## Problem details
From the data underneath, reproduce exactly the stretch that begins at the line with "f 268 269 248" and ends after the line with "f 256 284 285".

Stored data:
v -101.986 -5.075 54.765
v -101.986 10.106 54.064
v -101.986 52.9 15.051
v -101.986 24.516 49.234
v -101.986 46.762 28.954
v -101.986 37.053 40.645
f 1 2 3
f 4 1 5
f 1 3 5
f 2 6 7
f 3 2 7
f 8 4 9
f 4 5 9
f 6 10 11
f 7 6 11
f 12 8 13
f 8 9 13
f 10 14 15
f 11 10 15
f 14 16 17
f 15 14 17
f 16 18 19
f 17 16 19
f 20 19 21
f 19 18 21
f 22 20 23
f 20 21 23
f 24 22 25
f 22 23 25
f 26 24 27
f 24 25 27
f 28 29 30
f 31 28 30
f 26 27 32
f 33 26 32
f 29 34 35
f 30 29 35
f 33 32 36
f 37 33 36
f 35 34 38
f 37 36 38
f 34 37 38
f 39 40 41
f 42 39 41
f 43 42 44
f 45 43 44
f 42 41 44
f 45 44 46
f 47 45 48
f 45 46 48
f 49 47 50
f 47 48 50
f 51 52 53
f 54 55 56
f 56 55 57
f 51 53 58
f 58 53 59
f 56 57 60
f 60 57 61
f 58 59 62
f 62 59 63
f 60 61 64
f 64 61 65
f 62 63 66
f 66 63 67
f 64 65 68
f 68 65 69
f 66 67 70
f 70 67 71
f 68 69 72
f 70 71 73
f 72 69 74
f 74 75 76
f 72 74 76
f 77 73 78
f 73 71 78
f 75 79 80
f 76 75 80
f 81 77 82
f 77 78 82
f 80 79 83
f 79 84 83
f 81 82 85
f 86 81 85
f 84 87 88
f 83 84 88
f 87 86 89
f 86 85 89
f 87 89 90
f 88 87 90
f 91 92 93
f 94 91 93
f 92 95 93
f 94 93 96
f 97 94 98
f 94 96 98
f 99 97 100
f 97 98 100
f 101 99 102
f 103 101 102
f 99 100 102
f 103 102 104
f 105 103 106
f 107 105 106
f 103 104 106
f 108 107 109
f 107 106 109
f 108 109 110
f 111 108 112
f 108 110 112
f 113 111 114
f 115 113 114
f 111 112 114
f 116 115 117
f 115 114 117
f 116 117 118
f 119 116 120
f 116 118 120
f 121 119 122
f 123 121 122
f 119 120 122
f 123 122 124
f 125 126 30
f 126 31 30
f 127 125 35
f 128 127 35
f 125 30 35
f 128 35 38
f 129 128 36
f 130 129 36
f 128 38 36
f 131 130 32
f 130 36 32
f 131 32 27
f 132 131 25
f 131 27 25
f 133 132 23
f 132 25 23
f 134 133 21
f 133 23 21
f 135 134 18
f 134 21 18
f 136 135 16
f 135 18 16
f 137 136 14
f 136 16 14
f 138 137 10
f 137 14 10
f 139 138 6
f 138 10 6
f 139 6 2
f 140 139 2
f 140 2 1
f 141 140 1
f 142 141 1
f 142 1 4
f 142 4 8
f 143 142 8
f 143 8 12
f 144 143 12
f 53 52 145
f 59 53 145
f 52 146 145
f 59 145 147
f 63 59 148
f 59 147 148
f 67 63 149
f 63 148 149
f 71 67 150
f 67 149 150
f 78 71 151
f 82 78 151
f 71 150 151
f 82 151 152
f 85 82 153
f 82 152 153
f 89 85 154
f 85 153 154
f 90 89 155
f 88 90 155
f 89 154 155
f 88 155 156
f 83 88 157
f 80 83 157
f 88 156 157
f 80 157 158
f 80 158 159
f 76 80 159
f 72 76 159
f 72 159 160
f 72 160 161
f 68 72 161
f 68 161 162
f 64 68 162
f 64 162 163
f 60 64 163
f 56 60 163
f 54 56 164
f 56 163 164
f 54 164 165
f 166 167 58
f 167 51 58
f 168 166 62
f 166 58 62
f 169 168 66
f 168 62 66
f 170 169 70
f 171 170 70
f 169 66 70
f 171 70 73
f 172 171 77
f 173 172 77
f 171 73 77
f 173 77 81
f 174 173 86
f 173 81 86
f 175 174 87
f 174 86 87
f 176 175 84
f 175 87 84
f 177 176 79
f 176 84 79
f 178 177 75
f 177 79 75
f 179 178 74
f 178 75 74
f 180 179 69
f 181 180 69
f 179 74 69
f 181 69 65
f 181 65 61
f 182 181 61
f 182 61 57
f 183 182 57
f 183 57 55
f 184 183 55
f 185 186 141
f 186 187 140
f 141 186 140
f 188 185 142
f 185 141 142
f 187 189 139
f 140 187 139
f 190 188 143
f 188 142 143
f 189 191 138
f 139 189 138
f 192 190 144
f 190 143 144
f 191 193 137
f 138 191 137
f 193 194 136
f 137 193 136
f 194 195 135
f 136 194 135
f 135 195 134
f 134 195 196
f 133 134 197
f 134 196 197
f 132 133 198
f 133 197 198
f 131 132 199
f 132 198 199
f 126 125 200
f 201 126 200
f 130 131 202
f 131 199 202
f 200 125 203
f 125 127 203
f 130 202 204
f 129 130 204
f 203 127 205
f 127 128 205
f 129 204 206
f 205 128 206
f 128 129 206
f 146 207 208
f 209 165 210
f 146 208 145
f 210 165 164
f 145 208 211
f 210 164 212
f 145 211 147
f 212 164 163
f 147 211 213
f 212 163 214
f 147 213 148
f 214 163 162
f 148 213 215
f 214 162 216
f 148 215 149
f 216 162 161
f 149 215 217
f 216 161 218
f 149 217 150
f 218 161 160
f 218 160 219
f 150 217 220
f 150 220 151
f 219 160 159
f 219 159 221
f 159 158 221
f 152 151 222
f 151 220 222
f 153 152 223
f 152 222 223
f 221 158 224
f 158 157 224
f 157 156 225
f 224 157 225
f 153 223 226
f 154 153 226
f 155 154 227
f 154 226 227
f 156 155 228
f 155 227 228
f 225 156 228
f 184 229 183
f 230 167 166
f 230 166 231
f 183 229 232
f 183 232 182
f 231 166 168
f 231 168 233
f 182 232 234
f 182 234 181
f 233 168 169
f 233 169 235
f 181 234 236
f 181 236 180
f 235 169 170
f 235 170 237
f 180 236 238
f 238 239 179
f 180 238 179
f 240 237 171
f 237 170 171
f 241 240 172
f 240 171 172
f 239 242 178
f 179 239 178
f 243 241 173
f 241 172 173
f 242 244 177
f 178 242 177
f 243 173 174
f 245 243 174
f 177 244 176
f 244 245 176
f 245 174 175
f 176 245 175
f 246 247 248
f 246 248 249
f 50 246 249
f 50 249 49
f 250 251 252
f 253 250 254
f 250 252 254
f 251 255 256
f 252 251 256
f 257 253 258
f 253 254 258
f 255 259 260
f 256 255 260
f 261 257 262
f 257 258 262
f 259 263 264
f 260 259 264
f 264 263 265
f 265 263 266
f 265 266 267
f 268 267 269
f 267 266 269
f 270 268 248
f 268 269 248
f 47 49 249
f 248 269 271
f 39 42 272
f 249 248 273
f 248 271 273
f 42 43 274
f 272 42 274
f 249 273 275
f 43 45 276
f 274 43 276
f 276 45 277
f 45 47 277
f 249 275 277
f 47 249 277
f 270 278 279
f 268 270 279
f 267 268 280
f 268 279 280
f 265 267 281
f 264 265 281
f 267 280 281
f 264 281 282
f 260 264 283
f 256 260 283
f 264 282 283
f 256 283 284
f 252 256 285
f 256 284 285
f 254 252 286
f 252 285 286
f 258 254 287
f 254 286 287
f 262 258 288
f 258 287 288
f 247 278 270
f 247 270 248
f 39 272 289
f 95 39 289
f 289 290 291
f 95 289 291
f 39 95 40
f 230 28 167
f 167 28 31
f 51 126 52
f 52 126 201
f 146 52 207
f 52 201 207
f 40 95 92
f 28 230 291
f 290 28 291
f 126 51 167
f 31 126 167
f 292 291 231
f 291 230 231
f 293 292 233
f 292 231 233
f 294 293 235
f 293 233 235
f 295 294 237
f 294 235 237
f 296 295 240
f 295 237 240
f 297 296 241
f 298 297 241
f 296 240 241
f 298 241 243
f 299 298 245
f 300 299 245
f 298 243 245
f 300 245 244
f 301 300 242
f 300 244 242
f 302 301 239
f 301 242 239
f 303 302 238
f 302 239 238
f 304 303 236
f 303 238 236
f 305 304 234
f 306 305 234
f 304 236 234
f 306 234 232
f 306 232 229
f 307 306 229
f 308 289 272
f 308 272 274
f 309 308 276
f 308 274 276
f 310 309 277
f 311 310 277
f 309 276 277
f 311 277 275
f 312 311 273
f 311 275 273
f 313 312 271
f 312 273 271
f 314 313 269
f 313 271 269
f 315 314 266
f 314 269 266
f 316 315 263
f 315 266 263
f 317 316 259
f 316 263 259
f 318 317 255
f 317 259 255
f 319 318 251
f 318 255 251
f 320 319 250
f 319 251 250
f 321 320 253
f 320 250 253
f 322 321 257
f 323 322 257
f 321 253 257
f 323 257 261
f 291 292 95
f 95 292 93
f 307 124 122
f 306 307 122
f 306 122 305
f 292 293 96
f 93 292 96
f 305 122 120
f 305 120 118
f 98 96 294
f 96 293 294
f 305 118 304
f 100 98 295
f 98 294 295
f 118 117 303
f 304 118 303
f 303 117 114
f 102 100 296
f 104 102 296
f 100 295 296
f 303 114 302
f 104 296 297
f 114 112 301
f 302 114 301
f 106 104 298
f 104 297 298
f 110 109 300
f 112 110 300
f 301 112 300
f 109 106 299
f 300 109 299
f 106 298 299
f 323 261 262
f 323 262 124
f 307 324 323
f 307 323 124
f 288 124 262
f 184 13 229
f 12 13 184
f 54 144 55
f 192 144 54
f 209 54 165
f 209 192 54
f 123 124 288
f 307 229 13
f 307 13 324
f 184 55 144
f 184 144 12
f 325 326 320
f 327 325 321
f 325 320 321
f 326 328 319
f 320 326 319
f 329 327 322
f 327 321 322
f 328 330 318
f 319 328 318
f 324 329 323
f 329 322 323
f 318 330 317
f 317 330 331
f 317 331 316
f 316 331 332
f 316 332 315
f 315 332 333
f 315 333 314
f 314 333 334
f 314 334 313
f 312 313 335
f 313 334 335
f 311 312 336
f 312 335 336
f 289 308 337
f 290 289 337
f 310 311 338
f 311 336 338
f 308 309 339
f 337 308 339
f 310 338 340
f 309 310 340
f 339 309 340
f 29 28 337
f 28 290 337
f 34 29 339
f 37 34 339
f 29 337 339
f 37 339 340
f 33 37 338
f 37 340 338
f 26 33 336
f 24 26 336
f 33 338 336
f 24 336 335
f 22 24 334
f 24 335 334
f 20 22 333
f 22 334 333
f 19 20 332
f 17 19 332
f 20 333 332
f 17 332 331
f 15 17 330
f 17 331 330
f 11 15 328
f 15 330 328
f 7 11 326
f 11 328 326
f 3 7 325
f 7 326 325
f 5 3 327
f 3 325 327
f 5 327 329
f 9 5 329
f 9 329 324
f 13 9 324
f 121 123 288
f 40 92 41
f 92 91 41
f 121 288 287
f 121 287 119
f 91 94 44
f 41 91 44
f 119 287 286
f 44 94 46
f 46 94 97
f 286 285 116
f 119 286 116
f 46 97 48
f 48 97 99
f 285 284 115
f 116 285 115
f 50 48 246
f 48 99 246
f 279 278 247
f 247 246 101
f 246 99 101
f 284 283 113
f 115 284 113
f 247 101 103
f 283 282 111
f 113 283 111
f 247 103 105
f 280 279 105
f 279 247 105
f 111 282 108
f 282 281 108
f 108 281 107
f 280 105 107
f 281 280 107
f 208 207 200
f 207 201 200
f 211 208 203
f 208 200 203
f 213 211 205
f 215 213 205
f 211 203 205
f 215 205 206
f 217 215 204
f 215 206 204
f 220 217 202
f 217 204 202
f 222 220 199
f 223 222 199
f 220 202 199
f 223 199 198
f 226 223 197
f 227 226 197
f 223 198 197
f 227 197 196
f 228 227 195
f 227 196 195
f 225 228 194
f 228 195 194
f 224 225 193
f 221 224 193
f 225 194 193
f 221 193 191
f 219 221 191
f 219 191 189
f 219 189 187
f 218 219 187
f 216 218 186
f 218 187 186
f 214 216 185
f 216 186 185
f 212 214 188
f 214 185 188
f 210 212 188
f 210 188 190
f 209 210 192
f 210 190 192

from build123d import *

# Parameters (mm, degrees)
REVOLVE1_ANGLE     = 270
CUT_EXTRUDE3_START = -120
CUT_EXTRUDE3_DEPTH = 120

## Final answer
f 268 269 248
f 47 49 249
f 248 269 271
f 39 42 272
f 249 248 273
f 248 271 273
f 42 43 274
f 272 42 274
f 249 273 275
f 43 45 276
f 274 43 276
f 276 45 277
f 45 47 277
f 249 275 277
f 47 249 277
f 270 278 279
f 268 270 279
f 267 268 280
f 268 279 280
f 265 267 281
f 264 265 281
f 267 280 281
f 264 281 282
f 260 264 283
f 256 260 283
f 264 282 283
f 256 283 284
f 252 256 285
f 256 284 285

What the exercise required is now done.